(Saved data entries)
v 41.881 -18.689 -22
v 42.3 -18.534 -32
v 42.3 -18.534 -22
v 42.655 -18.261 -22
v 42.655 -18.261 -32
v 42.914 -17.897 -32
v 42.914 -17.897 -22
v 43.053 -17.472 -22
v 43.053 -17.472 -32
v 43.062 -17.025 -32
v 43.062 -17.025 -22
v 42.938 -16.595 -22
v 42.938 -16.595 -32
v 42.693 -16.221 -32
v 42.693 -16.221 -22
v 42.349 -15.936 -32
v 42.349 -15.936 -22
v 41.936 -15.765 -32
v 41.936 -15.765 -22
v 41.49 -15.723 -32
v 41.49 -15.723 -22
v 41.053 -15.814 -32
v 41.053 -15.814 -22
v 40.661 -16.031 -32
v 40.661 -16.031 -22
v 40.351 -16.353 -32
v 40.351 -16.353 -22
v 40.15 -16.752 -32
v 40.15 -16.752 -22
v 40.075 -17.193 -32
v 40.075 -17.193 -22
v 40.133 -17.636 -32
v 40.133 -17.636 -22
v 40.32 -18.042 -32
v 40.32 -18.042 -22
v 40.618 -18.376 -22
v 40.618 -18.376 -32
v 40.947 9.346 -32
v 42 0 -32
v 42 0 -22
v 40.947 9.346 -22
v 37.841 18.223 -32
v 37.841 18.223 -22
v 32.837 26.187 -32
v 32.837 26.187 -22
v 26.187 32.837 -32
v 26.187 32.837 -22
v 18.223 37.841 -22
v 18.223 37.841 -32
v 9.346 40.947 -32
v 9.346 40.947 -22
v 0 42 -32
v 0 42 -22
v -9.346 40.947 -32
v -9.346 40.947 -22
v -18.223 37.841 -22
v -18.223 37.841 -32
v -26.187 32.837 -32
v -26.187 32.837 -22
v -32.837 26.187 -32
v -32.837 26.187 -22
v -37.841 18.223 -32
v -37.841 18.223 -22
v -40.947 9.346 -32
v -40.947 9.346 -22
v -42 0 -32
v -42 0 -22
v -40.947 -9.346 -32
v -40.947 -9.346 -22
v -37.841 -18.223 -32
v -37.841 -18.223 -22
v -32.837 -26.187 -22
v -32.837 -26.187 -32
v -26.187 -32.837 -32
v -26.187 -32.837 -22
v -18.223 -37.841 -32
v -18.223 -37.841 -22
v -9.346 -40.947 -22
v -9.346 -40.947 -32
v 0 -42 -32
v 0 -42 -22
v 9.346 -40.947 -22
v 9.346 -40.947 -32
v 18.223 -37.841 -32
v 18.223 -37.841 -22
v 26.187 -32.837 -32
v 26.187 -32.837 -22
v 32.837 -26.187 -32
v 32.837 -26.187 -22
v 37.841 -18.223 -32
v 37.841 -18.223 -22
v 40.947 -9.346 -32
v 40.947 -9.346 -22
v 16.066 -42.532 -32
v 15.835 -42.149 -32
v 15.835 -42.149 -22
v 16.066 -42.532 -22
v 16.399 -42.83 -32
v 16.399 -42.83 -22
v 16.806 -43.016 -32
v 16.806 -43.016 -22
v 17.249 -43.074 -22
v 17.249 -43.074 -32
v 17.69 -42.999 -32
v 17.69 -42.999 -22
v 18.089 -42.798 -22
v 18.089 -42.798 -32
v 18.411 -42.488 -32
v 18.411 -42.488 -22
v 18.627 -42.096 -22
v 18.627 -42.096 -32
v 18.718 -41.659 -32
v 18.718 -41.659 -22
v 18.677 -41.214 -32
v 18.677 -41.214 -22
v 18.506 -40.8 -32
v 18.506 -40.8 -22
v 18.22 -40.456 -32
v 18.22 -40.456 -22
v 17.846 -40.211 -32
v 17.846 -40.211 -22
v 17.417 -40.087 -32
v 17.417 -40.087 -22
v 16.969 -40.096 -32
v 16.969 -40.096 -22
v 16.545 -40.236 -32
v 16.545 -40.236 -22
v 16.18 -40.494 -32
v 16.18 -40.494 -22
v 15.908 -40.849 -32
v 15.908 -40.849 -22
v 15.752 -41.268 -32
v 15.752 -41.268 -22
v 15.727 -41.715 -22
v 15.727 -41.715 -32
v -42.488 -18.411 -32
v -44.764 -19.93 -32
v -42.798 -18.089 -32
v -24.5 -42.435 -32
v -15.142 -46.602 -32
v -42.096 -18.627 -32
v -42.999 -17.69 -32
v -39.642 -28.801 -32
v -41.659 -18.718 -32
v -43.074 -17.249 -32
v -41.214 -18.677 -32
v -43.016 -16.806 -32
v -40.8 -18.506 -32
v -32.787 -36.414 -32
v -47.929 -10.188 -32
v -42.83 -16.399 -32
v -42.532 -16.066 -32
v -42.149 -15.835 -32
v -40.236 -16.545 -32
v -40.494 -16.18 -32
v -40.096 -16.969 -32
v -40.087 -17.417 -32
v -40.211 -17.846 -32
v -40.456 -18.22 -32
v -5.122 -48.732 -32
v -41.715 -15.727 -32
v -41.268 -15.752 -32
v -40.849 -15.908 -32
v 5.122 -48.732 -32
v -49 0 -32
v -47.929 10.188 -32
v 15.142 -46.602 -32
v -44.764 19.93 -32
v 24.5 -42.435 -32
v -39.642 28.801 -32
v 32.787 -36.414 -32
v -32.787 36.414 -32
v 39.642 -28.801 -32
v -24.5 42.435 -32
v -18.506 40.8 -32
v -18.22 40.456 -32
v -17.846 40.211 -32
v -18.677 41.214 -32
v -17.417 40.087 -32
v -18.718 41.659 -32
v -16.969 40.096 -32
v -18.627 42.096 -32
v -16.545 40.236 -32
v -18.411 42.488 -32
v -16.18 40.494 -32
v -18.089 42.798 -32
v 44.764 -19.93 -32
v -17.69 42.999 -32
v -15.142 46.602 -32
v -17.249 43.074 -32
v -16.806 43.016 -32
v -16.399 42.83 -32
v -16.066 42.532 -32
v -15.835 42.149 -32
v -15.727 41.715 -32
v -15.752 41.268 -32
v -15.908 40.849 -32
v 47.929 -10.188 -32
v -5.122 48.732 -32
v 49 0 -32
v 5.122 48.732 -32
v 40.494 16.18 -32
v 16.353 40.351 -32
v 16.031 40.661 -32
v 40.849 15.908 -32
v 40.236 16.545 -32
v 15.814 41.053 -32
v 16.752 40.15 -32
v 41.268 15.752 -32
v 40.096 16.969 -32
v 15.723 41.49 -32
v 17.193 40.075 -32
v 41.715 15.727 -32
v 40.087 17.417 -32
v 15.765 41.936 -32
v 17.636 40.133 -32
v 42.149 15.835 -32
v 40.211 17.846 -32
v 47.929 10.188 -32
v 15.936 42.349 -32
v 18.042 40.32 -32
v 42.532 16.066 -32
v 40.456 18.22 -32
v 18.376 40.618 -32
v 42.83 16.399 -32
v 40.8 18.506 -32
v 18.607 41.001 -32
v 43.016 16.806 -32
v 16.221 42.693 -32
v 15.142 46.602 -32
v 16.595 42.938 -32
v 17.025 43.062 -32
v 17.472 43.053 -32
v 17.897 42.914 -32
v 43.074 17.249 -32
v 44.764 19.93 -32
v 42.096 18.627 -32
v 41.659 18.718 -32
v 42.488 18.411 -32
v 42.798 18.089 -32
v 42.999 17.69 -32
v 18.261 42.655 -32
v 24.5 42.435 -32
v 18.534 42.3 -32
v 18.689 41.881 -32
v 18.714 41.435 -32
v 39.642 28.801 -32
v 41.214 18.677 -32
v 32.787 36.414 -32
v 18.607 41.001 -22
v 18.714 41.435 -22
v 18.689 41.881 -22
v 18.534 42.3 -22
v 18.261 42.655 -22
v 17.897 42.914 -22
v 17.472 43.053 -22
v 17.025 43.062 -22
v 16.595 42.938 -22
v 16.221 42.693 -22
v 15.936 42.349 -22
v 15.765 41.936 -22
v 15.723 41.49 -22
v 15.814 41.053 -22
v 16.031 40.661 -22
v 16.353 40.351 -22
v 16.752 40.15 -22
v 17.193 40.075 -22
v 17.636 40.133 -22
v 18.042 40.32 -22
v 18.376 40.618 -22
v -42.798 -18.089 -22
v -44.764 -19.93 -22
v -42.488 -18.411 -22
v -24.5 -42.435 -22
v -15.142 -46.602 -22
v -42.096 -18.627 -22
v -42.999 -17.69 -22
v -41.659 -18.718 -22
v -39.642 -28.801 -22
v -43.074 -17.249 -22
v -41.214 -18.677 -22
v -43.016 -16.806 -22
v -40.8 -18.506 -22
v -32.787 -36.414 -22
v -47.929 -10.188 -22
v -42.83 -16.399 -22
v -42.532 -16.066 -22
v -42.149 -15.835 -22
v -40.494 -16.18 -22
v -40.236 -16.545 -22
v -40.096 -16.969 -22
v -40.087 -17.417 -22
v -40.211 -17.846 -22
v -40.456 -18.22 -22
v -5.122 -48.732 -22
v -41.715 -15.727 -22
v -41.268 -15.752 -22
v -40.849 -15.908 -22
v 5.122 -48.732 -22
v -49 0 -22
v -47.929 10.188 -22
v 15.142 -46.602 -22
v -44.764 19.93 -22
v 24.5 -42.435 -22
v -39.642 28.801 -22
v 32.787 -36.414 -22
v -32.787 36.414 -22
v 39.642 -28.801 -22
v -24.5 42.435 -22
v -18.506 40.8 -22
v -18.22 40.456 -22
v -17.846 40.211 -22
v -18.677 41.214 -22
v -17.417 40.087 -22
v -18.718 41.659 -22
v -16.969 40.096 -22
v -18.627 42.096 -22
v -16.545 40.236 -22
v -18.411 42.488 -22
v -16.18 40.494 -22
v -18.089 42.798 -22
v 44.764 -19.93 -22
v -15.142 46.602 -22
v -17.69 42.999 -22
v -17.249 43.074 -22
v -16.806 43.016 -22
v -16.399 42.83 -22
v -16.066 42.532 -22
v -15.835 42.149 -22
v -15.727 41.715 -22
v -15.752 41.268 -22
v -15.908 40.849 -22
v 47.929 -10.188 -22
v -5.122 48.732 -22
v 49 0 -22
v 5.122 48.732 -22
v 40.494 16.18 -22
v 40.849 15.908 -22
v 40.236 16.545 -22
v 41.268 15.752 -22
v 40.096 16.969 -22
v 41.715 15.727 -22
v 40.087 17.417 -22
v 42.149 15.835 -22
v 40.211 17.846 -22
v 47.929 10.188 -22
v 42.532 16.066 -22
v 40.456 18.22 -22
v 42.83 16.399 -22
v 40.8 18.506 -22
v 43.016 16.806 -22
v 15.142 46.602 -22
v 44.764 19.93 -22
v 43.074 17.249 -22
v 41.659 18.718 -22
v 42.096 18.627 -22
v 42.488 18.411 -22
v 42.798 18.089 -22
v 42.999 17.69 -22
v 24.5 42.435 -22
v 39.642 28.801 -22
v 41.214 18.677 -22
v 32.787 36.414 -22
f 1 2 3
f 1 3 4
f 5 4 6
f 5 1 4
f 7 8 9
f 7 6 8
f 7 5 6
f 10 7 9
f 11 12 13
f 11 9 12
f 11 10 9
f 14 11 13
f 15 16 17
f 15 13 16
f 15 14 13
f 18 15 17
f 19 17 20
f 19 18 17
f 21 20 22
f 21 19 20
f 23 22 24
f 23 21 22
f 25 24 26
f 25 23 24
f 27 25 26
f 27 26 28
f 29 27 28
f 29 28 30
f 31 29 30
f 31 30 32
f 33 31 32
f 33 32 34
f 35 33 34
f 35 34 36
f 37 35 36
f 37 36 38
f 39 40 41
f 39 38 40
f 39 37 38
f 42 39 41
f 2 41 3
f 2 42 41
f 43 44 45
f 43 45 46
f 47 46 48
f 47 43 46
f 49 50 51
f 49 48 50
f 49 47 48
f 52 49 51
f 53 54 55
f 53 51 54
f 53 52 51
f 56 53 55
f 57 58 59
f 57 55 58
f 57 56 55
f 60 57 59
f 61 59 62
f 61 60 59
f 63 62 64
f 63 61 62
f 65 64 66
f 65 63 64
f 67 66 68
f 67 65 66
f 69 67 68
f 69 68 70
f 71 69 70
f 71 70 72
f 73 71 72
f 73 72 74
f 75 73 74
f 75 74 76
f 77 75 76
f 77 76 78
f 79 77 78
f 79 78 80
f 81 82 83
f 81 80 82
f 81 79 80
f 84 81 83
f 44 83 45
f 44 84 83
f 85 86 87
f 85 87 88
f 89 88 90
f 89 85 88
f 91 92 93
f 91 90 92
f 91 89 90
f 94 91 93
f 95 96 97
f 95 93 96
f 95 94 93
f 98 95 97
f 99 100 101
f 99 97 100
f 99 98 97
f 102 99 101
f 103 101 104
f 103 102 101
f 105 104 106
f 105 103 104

What you are asked to do:
Return, please, the lines of the data from the first through the line containing "v -26.187 32.837 -32", both kept, exactly as they stand and nothing more.

The answer:
v 41.881 -18.689 -22
v 42.3 -18.534 -32
v 42.3 -18.534 -22
v 42.655 -18.261 -22
v 42.655 -18.261 -32
v 42.914 -17.897 -32
v 42.914 -17.897 -22
v 43.053 -17.472 -22
v 43.053 -17.472 -32
v 43.062 -17.025 -32
v 43.062 -17.025 -22
v 42.938 -16.595 -22
v 42.938 -16.595 -32
v 42.693 -16.221 -32
v 42.693 -16.221 -22
v 42.349 -15.936 -32
v 42.349 -15.936 -22
v 41.936 -15.765 -32
v 41.936 -15.765 -22
v 41.49 -15.723 -32
v 41.49 -15.723 -22
v 41.053 -15.814 -32
v 41.053 -15.814 -22
v 40.661 -16.031 -32
v 40.661 -16.031 -22
v 40.351 -16.353 -32
v 40.351 -16.353 -22
v 40.15 -16.752 -32
v 40.15 -16.752 -22
v 40.075 -17.193 -32
v 40.075 -17.193 -22
v 40.133 -17.636 -32
v 40.133 -17.636 -22
v 40.32 -18.042 -32
v 40.32 -18.042 -22
v 40.618 -18.376 -22
v 40.618 -18.376 -32
v 40.947 9.346 -32
v 42 0 -32
v 42 0 -22
v 40.947 9.346 -22
v 37.841 18.223 -32
v 37.841 18.223 -22
v 32.837 26.187 -32
v 32.837 26.187 -22
v 26.187 32.837 -32
v 26.187 32.837 -22
v 18.223 37.841 -22
v 18.223 37.841 -32
v 9.346 40.947 -32
v 9.346 40.947 -22
v 0 42 -32
v 0 42 -22
v -9.346 40.947 -32
v -9.346 40.947 -22
v -18.223 37.841 -22
v -18.223 37.841 -32
v -26.187 32.837 -32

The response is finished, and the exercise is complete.